The great periods of the island prehistory appear on a synoptic table,
then are materialized in six rooms, by the most characteristic objects
in the chronologic order :
- Ancient mediterranean Neolithic (6000-4000 B.C.)
- Piece of pottery decorated with shell or with awl, sometimes painted
with ochre, crude equipment cut into the local hard stone, in the flint
or obsidian.
- Recent Neolithic (350O - 3000 B.C)
- Very beautiful stone working, which is cut (range of tools and points
of arrows), or above all polished (axes, containers, various ornaments),
stacks and grinders (agriculture), "fusaioles" for the spinning
of wool (breeding), fine and glossy ceramic.
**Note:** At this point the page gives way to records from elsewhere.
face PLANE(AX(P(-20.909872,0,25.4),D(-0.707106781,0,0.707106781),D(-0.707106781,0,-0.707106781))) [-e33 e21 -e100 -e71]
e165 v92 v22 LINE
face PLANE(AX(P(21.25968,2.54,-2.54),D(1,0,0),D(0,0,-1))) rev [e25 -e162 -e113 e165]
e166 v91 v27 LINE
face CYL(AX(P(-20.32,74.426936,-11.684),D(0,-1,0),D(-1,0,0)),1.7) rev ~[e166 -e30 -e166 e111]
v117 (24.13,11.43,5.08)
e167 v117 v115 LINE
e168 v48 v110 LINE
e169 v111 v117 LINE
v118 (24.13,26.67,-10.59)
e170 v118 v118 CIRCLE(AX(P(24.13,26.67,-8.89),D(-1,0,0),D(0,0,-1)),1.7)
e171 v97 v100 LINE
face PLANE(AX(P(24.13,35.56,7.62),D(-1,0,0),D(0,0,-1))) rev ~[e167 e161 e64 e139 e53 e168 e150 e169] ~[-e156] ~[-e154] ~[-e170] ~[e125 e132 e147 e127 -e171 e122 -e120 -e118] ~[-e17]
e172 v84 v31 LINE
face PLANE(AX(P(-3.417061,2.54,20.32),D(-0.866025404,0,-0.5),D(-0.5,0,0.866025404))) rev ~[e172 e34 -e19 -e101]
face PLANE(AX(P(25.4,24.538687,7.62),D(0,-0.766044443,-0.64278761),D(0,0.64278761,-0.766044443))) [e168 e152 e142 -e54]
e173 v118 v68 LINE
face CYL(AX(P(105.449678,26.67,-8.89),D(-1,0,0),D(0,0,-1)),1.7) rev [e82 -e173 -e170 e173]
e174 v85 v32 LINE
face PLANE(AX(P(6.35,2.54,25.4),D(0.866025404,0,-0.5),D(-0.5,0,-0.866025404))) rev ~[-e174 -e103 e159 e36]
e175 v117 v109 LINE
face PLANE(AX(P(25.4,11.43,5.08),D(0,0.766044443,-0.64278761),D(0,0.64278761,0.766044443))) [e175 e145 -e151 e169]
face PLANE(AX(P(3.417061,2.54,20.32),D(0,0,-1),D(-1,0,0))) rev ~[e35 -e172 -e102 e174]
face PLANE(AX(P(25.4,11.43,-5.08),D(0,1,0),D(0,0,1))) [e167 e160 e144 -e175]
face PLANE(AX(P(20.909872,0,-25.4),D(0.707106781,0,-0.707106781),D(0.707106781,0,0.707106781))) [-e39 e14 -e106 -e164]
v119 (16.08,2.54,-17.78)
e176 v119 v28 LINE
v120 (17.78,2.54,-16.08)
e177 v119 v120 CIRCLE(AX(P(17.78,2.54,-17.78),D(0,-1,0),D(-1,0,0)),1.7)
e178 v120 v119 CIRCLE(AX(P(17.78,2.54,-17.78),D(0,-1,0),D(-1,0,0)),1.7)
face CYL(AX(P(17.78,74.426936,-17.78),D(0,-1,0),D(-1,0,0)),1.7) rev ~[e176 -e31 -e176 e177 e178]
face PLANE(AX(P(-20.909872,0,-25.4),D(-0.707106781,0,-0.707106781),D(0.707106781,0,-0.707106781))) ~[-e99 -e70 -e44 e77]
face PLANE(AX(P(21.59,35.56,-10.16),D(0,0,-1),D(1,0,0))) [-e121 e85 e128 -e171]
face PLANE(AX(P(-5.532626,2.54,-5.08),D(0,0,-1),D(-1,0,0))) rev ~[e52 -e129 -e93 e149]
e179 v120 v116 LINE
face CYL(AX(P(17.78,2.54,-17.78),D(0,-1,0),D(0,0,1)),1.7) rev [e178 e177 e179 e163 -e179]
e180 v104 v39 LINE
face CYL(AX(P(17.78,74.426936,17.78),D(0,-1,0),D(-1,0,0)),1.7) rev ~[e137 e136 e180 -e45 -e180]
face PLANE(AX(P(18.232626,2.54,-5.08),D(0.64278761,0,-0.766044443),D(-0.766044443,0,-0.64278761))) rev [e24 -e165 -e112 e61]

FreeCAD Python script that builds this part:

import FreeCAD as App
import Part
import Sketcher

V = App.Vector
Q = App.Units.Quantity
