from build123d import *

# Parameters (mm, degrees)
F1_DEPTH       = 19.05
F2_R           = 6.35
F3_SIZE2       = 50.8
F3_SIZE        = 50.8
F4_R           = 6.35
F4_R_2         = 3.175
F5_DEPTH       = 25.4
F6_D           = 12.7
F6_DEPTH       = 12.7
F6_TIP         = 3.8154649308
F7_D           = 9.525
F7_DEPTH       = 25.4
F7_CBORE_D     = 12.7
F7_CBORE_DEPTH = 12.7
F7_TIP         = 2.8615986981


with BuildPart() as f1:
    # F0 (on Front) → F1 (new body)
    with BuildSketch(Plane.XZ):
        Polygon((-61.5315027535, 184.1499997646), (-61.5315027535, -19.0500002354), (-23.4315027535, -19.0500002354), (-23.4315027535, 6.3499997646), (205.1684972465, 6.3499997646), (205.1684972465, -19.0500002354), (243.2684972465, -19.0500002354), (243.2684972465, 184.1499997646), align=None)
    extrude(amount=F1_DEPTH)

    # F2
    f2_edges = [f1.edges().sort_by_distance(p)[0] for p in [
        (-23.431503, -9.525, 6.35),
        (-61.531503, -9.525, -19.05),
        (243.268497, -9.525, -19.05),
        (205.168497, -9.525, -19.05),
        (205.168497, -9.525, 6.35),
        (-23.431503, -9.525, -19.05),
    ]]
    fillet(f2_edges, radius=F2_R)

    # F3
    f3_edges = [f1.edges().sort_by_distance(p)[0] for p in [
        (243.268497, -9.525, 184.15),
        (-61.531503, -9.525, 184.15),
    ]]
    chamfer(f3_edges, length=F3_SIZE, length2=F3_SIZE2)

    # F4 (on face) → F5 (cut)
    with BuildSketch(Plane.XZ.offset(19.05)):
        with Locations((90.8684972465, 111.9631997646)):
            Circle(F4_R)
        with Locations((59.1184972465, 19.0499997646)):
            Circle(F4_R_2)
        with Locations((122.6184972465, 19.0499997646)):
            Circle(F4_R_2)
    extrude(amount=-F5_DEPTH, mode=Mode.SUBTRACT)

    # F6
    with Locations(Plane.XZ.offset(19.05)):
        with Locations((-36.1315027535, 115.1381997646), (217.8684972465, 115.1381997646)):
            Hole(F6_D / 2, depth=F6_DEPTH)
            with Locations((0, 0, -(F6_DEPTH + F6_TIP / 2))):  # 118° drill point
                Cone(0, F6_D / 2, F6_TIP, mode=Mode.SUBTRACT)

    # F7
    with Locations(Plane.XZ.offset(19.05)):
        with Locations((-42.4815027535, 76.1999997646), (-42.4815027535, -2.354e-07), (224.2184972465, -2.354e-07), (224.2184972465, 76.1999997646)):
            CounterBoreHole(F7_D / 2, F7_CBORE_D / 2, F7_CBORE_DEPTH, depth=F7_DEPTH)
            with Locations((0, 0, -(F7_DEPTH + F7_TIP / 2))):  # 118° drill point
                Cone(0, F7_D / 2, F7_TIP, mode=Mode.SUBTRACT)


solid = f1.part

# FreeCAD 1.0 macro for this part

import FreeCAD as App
import Part
import Sketcher
Q = App.Units.Quantity


def edges_at(feature, points):
    """Names of the edges that pass closest to the given points."""
    edges = feature.Shape.Edges
    near = lambda p: min(range(len(edges)), key=lambda i: edges[i].distToShape(Part.Vertex(*p))[0])
    return sorted({f"Edge{near(p) + 1}" for p in points})


def add_polygon(sketch, points):
    """Adds a closed chain of lines whose ends are joined by coincident constraints."""
    first, n = sketch.GeometryCount, len(points)
    for a, b in zip(points, points[1:] + points[:1]):
        sketch.addGeometry(Part.LineSegment(App.Vector(*a, 0), App.Vector(*b, 0)), False)
    for i in range(n):
        sketch.addConstraint(Sketcher.Constraint("Coincident", first + i, 2, first + (i + 1) % n, 1))

doc = App.newDocument("Part")
body = doc.addObject("PartDesign::Body", "Body")

# Sketch on XZ plane
sketch1 = body.newObject("Sketcher::SketchObject", "Sketch")
sketch1.AttachmentSupport = (doc.getObject("XZ_Plane"), [""])
sketch1.MapMode = "FlatFace"
add_polygon(sketch1, [(-62, 184), (-62, -19), (-23, -19), (-23, 6), (205, 6), (205, -19), (243, -19), (243, 184)])  # lines 0-7
sketch1.addConstraint([
    Sketcher.Constraint("Vertical", 0),
    Sketcher.Constraint("Horizontal", 1),
    Sketcher.Constraint("Vertical", 2),
    Sketcher.Constraint("Horizontal", 3),
    Sketcher.Constraint("Vertical", 4),
    Sketcher.Constraint("Horizontal", 5),
    Sketcher.Constraint("Vertical", 6),
    Sketcher.Constraint("Horizontal", 7),
    Sketcher.Constraint("Horizontal", 1, 2, 4, 2),
    Sketcher.Constraint("Equal", 1, 5),
    Sketcher.Constraint("DistanceX", 3, 1, 3, 2, Q("9 in")),
    Sketcher.Constraint("DistanceX", 7, 2, 7, 1, Q("12 in")),
    Sketcher.Constraint("DistanceY", 0, 2, 0, 1, Q("8 in")),
    Sketcher.Constraint("DistanceY", 2, 1, 2, 2, Q("1 in")),
    Sketcher.Constraint("DistanceY", 0, 2, -1, 1, Q("0.75 in")),
    Sketcher.Constraint("DistanceX", 0, 2, -1, 1, Q("2.4225001 in")),
])
pad1 = body.newObject("PartDesign::Pad", "Pad")
pad1.Profile = sketch1
pad1.Length = Q("0.75 in")
doc.recompute()

fillet = body.newObject("PartDesign::Fillet", "Fillet")
fillet.Base = (pad1, edges_at(pad1, [
    (-23.432, -9.525, 6.35),
    (-61.532, -9.525, -19.05),
    (243.268, -9.525, -19.05),
    (205.168, -9.525, -19.05),
    (205.168, -9.525, 6.35),
    (-23.432, -9.525, -19.05),
]))
fillet.Radius = Q("0.25 in")
doc.recompute()

chamfer = body.newObject("PartDesign::Chamfer", "Chamfer")
chamfer.Base = (fillet, edges_at(fillet, [(243.268, -9.525, 184.15), (-61.532, -9.525, 184.15)]))
chamfer.ChamferType = "Two distances"
chamfer.Size = Q("2 in")
chamfer.Size2 = Q("2 in")

# Sketch on XZ plane
sketch2 = body.newObject("Sketcher::SketchObject", "Sketch001")
sketch2.AttachmentSupport = (doc.getObject("XZ_Plane"), [""])
sketch2.MapMode = "FlatFace"
sketch2.AttachmentOffset = App.Placement(App.Vector(0, 0, 0.75 * 25.4), App.Rotation())
sketch2.addGeometry([
    Part.Circle(App.Vector(90.9, 112, 0), App.Vector(0, 0, 1), 6.3),
    Part.Circle(App.Vector(59.1, 19, 0), App.Vector(0, 0, 1), 3.2),
    Part.Circle(App.Vector(122.6, 19, 0), App.Vector(0, 0, 1), 3.2),
], False)
sketch2.addConstraint([
    Sketcher.Constraint("Equal", 1, 2),
    Sketcher.Constraint("Horizontal", 1, 3, 2, 3),
    Sketcher.Constraint("Diameter", 0, Q("0.5 in")),
    Sketcher.Constraint("Diameter", 1, Q("0.25 in")),
    Sketcher.Constraint("DistanceX", 1, 3, 2, 3, Q("2.5 in")),
    Sketcher.Constraint("DistanceY", -1, 1, 1, 3, Q("0.75 in")),
    Sketcher.Constraint("DistanceX", 1, 3, 0, 3, Q("1.25 in")),
    Sketcher.Constraint("DistanceY", -1, 1, 0, 3, Q("4.408 in")),
    Sketcher.Constraint("DistanceX", -1, 1, 0, 3, Q("3.5774999 in")),
])
pocket1 = body.newObject("PartDesign::Pocket", "Pocket")
pocket1.Profile = sketch2
pocket1.Length = Q("1 in")

# Sketch on XZ plane
sketch3 = body.newObject("Sketcher::SketchObject", "Sketch002")
sketch3.AttachmentSupport = (doc.getObject("XZ_Plane"), [""])
sketch3.MapMode = "FlatFace"
sketch3.AttachmentOffset = App.Placement(App.Vector(0, 0, 0.75 * 25.4), App.Rotation())
sketch3.addGeometry([
    Part.Circle(App.Vector(-36, 115, 0), App.Vector(0, 0, 1), 6),
    Part.Circle(App.Vector(218, 115, 0), App.Vector(0, 0, 1), 6),
], False)
sketch3.addConstraint([
    Sketcher.Constraint("Equal", 0, 1),
    Sketcher.Constraint("Horizontal", 0, 3, 1, 3),
    Sketcher.Constraint("Diameter", 0, Q("0.5 in")),
    Sketcher.Constraint("DistanceX", 0, 3, 1, 3, Q("10 in")),
    Sketcher.Constraint("DistanceY", -1, 1, 0, 3, Q("4.533 in")),
    Sketcher.Constraint("DistanceX", 0, 3, -1, 1, Q("1.4225001 in")),
])
doc.recompute()
hole = body.newObject("PartDesign::Hole", "Hole")
hole.Profile = sketch3
hole.ThreadType = "None"
hole.Diameter = Q("0.5 in")
hole.DepthType = "Dimension"
hole.Depth = Q("0.5 in")
hole.DrillPoint = "Angled"
hole.DrillPointAngle = 118

# Sketch on XZ plane
sketch4 = body.newObject("Sketcher::SketchObject", "Sketch003")
sketch4.AttachmentSupport = (doc.getObject("XZ_Plane"), [""])
sketch4.MapMode = "FlatFace"
sketch4.AttachmentOffset = App.Placement(App.Vector(0, 0, 0.75 * 25.4), App.Rotation())
sketch4.addGeometry([
    Part.Circle(App.Vector(-42.5, 76.2, 0), App.Vector(0, 0, 1), 4.8),
    Part.Circle(App.Vector(-42.5, 0, 0), App.Vector(0, 0, 1), 4.8),
    Part.Circle(App.Vector(224.2, 0, 0), App.Vector(0, 0, 1), 4.8),
    Part.Circle(App.Vector(224.2, 76.2, 0), App.Vector(0, 0, 1), 4.8),
], False)
sketch4.addConstraint([
    Sketcher.Constraint("Equal", 0, 1),
    Sketcher.Constraint("Equal", 1, 2),
    Sketcher.Constraint("Equal", 2, 3),
    Sketcher.Constraint("PointOnObject", 1, 3, -1),
    Sketcher.Constraint("PointOnObject", 2, 3, -1),
    Sketcher.Constraint("Horizontal", 0, 3, 3, 3),
    Sketcher.Constraint("Vertical", 0, 3, 1, 3),
    Sketcher.Constraint("Vertical", 2, 3, 3, 3),
    Sketcher.Constraint("Diameter", 0, Q("0.375 in")),
    Sketcher.Constraint("DistanceY", -1, 1, 0, 3, Q("3 in")),
    Sketcher.Constraint("DistanceX", 1, 3, 2, 3, Q("10.5 in")),
    Sketcher.Constraint("DistanceX", 0, 3, -1, 1, Q("1.6725001 in")),
])
doc.recompute()
hole2 = body.newObject("PartDesign::Hole", "Hole001")
hole2.Profile = sketch4
hole2.ThreadType = "None"
hole2.Diameter = Q("0.375 in")
hole2.DepthType = "Dimension"
hole2.Depth = Q("1 in")
hole2.DrillPoint = "Angled"
hole2.DrillPointAngle = 118
hole2.HoleCutType = "Counterbore"
hole2.HoleCutDiameter = Q("0.5 in")
hole2.HoleCutDepth = Q("0.5 in")

doc.recompute()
- Megalithism (3000 - 1500 B.C)
- Furniture collected in the sepultures in chest or in dolmen, cups,
ornaments, small daggers, jewels of gold and silver.
- Island Chalcolithic (Brass Age) (2600 - 2000 B.C)
- Lithic industry and first metallurgy. Points of arrows in flint, obsidian
and above all rhyolite, polished axes. Crusibles, ceramics with perforations
in line and under the border, potteries with fine paste and beautiful
shaped form, bowls with oblique surfaces with decorations in chevrons.
- Culture of the taffoni-hypogées (2400 - 180 B.C)
- Human bones which have been subjected to the fire's action, set down
under rocks hollowed by the erosion and associated to large dishes on
stems with fenestration. segments of flint, pearls and rings in serpentine.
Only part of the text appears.